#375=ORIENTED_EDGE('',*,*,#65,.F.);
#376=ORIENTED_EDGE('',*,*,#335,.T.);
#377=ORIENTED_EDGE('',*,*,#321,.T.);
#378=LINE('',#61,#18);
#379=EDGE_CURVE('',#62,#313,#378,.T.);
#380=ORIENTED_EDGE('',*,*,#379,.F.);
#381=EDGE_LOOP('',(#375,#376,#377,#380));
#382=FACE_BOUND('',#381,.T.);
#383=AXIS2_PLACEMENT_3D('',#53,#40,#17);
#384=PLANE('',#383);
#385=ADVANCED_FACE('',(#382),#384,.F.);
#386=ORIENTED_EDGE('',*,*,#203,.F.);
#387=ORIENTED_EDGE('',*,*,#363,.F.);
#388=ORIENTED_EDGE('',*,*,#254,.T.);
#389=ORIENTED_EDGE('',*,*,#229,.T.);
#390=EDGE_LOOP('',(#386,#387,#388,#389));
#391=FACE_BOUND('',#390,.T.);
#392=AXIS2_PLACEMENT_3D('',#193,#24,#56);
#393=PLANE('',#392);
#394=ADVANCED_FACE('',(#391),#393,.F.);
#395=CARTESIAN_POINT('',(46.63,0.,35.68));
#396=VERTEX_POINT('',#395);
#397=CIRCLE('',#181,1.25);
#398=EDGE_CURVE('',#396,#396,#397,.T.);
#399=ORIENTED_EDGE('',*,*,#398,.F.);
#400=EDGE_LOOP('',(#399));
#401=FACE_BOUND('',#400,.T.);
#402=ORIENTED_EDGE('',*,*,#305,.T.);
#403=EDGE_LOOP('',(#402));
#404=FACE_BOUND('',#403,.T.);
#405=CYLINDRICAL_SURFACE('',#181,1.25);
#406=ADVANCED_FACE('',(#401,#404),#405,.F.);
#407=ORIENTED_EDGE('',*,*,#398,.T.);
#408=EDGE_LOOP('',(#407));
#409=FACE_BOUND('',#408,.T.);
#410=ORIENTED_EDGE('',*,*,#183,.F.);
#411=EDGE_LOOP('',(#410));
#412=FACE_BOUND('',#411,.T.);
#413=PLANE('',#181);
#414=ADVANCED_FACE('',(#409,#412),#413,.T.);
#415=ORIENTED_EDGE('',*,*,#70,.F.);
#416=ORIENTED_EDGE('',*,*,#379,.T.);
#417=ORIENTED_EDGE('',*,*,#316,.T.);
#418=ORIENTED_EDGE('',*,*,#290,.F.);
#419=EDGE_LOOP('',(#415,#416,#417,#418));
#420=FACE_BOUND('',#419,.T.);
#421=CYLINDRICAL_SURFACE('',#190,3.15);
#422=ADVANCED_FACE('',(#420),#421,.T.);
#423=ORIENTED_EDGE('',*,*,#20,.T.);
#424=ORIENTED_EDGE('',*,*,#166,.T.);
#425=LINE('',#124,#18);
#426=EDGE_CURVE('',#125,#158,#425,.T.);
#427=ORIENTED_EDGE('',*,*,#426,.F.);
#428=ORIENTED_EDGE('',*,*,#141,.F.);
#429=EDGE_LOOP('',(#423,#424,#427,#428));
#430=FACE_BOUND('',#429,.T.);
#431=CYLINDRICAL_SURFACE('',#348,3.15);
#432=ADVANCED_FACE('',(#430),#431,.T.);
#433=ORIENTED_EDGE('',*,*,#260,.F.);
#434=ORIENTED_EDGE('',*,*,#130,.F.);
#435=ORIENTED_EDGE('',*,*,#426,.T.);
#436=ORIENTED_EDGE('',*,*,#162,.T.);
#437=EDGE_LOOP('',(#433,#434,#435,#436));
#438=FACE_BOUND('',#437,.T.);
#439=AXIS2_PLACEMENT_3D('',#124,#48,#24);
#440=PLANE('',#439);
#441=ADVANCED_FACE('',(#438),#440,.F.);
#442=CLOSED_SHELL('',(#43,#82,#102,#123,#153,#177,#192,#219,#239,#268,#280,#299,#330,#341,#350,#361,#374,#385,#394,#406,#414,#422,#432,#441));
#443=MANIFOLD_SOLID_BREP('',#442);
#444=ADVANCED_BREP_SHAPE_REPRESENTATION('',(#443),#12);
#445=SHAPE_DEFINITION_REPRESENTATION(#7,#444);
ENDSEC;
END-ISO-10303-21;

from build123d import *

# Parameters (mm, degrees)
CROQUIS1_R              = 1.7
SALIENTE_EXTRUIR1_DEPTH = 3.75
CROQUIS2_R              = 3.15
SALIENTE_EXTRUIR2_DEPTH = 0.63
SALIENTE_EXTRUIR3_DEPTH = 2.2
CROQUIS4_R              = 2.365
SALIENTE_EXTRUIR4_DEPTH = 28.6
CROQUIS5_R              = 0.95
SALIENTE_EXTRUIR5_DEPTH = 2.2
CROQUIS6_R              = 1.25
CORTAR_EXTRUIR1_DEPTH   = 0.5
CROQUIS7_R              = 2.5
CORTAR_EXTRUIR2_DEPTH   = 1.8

───

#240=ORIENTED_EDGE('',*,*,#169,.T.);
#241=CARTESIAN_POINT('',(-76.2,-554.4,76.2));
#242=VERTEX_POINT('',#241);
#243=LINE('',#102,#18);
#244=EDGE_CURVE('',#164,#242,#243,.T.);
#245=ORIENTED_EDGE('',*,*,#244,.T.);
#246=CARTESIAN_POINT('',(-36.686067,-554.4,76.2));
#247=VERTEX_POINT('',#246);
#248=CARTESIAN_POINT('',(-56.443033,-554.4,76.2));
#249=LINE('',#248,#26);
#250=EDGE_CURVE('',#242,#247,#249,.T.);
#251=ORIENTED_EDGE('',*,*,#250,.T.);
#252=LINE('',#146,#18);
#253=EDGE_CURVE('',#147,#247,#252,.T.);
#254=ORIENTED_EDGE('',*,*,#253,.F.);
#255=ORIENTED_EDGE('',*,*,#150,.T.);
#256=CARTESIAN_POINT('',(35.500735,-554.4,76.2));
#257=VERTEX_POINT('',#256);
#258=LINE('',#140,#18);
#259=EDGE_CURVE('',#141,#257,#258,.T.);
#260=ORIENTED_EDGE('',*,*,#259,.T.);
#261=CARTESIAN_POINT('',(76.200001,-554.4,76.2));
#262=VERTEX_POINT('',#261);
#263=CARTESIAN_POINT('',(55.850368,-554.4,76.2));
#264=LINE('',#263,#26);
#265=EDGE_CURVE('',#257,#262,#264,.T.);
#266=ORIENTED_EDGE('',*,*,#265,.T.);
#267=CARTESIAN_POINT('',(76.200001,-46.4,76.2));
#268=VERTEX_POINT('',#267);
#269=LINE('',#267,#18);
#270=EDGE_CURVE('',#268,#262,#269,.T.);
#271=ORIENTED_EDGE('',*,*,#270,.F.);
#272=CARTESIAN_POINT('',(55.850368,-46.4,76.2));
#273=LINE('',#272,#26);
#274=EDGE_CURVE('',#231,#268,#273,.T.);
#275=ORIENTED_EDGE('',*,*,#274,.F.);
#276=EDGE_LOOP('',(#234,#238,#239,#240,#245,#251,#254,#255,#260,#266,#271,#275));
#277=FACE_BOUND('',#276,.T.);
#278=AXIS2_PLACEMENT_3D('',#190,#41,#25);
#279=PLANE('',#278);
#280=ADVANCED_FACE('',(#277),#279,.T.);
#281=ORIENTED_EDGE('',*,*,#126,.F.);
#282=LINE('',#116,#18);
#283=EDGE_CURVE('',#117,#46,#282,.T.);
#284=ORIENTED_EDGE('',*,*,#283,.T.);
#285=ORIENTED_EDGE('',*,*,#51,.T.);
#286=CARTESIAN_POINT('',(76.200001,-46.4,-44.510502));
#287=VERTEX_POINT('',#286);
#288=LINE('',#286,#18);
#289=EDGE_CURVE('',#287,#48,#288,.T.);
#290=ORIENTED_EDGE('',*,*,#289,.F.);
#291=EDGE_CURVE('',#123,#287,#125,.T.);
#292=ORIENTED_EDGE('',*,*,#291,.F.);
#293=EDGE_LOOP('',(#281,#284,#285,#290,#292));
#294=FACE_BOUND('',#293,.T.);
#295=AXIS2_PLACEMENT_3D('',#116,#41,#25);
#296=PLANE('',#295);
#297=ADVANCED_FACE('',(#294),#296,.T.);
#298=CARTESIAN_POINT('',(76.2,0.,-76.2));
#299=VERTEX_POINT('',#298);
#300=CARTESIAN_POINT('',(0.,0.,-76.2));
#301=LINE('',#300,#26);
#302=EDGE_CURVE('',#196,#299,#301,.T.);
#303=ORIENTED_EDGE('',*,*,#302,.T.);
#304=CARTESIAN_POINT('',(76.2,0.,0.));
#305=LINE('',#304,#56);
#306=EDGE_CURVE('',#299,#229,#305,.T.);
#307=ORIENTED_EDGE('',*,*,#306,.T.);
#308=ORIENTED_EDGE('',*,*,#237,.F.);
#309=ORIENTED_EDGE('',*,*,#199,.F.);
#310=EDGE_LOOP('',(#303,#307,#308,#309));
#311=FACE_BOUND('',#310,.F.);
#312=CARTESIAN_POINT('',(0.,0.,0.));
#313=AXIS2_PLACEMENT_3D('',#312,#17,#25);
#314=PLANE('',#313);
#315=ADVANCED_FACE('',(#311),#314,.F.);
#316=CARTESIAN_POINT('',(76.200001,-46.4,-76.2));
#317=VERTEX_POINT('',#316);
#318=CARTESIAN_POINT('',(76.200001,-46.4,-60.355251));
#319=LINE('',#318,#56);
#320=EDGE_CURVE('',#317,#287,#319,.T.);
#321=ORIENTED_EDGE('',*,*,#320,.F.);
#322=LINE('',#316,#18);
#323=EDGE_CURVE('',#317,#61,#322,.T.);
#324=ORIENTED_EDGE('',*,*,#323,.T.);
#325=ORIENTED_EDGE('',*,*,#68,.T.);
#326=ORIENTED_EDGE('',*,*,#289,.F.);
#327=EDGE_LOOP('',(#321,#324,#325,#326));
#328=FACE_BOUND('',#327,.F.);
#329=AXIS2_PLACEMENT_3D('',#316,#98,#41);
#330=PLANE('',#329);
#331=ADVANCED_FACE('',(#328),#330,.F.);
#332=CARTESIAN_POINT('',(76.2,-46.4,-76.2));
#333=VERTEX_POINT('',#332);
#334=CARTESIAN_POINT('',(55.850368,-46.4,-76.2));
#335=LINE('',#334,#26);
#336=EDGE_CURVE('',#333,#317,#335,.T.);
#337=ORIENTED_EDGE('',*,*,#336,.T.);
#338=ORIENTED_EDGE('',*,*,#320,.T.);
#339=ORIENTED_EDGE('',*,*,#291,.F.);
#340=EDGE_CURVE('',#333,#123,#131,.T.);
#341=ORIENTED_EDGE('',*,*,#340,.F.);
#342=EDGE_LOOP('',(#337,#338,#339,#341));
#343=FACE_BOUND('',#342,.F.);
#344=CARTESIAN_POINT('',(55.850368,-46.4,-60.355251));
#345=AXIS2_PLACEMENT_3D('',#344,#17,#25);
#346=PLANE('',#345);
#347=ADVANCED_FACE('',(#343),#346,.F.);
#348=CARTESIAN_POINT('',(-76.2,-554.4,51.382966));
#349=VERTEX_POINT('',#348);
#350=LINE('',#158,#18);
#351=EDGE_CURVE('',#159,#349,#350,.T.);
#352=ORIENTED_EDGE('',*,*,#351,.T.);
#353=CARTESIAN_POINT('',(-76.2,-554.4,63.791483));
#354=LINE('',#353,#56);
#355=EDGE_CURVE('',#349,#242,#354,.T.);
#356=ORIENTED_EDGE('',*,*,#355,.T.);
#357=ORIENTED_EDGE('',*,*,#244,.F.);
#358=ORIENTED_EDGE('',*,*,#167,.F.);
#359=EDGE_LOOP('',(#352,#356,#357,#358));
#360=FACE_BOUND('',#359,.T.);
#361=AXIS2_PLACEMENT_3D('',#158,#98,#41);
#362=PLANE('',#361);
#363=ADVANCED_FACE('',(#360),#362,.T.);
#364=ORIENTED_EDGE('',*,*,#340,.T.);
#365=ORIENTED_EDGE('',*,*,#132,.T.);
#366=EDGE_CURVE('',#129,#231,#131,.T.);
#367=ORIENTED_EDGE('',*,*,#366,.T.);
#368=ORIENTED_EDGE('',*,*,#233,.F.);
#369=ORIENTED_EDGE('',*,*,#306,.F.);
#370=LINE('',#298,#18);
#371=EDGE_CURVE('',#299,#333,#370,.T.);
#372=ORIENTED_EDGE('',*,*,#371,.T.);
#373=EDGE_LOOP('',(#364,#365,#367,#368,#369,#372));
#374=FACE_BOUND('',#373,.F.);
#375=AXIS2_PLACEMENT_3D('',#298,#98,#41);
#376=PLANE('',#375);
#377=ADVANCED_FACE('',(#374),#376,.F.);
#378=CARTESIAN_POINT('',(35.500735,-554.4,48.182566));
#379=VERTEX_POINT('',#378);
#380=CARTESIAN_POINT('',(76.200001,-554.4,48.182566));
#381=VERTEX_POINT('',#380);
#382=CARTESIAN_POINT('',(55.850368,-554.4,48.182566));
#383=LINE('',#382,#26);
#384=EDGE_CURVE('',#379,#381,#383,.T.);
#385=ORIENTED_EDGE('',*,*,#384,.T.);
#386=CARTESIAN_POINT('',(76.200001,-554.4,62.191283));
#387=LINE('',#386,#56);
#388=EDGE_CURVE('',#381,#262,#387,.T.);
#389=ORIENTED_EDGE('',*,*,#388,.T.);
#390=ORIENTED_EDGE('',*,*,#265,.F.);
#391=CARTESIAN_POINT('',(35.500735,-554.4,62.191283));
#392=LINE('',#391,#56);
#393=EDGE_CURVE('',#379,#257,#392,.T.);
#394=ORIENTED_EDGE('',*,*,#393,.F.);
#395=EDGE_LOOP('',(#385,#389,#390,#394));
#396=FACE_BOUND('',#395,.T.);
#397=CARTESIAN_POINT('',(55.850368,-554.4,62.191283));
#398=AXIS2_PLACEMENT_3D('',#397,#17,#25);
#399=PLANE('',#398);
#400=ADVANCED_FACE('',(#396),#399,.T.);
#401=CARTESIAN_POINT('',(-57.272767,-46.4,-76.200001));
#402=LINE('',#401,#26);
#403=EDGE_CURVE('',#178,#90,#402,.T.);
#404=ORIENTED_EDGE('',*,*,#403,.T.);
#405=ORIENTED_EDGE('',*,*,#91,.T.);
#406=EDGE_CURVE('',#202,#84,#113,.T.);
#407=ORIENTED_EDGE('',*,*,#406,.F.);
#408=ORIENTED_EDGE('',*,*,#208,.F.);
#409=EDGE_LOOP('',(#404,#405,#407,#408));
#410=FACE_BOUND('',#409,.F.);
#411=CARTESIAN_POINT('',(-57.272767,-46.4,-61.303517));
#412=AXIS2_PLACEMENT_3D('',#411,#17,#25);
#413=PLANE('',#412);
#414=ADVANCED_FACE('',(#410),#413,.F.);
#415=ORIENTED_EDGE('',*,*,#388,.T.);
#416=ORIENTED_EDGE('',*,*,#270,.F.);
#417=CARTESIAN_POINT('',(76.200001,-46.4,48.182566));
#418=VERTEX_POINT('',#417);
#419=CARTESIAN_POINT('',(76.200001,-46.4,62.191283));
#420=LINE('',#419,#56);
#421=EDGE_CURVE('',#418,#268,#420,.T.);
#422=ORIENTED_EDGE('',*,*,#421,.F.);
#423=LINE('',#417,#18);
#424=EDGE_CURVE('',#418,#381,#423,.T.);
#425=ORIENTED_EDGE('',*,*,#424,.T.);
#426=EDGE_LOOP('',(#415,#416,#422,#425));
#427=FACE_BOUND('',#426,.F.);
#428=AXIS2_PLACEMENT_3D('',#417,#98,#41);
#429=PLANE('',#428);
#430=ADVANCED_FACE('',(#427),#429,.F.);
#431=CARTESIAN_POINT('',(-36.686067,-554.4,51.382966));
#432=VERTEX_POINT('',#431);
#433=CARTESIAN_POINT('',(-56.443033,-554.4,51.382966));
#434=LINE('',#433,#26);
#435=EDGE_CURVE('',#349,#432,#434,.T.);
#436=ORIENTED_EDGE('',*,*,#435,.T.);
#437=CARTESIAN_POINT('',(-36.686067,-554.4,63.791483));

───

Work item =
Everything from the line with "#260=ORIENTED_EDGE('',*,*,#259,.T.);" through the line with "#312=CARTESIAN_POINT('',(0.,0.,0.));" in the listing above must be retyped exactly, with nothing added.

Problem solution =
#260=ORIENTED_EDGE('',*,*,#259,.T.);
#261=CARTESIAN_POINT('',(76.200001,-554.4,76.2));
#262=VERTEX_POINT('',#261);
#263=CARTESIAN_POINT('',(55.850368,-554.4,76.2));
#264=LINE('',#263,#26);
#265=EDGE_CURVE('',#257,#262,#264,.T.);
#266=ORIENTED_EDGE('',*,*,#265,.T.);
#267=CARTESIAN_POINT('',(76.200001,-46.4,76.2));
#268=VERTEX_POINT('',#267);
#269=LINE('',#267,#18);
#270=EDGE_CURVE('',#268,#262,#269,.T.);
#271=ORIENTED_EDGE('',*,*,#270,.F.);
#272=CARTESIAN_POINT('',(55.850368,-46.4,76.2));
#273=LINE('',#272,#26);
#274=EDGE_CURVE('',#231,#268,#273,.T.);
#275=ORIENTED_EDGE('',*,*,#274,.F.);
#276=EDGE_LOOP('',(#234,#238,#239,#240,#245,#251,#254,#255,#260,#266,#271,#275));
#277=FACE_BOUND('',#276,.T.);
#278=AXIS2_PLACEMENT_3D('',#190,#41,#25);
#279=PLANE('',#278);
#280=ADVANCED_FACE('',(#277),#279,.T.);
#281=ORIENTED_EDGE('',*,*,#126,.F.);
#282=LINE('',#116,#18);
#283=EDGE_CURVE('',#117,#46,#282,.T.);
#284=ORIENTED_EDGE('',*,*,#283,.T.);
#285=ORIENTED_EDGE('',*,*,#51,.T.);
#286=CARTESIAN_POINT('',(76.200001,-46.4,-44.510502));
#287=VERTEX_POINT('',#286);
#288=LINE('',#286,#18);
#289=EDGE_CURVE('',#287,#48,#288,.T.);
#290=ORIENTED_EDGE('',*,*,#289,.F.);
#291=EDGE_CURVE('',#123,#287,#125,.T.);
#292=ORIENTED_EDGE('',*,*,#291,.F.);
#293=EDGE_LOOP('',(#281,#284,#285,#290,#292));
#294=FACE_BOUND('',#293,.T.);
#295=AXIS2_PLACEMENT_3D('',#116,#41,#25);
#296=PLANE('',#295);
#297=ADVANCED_FACE('',(#294),#296,.T.);
#298=CARTESIAN_POINT('',(76.2,0.,-76.2));
#299=VERTEX_POINT('',#298);
#300=CARTESIAN_POINT('',(0.,0.,-76.2));
#301=LINE('',#300,#26);
#302=EDGE_CURVE('',#196,#299,#301,.T.);
#303=ORIENTED_EDGE('',*,*,#302,.T.);
#304=CARTESIAN_POINT('',(76.2,0.,0.));
#305=LINE('',#304,#56);
#306=EDGE_CURVE('',#299,#229,#305,.T.);
#307=ORIENTED_EDGE('',*,*,#306,.T.);
#308=ORIENTED_EDGE('',*,*,#237,.F.);
#309=ORIENTED_EDGE('',*,*,#199,.F.);
#310=EDGE_LOOP('',(#303,#307,#308,#309));
#311=FACE_BOUND('',#310,.F.);
#312=CARTESIAN_POINT('',(0.,0.,0.));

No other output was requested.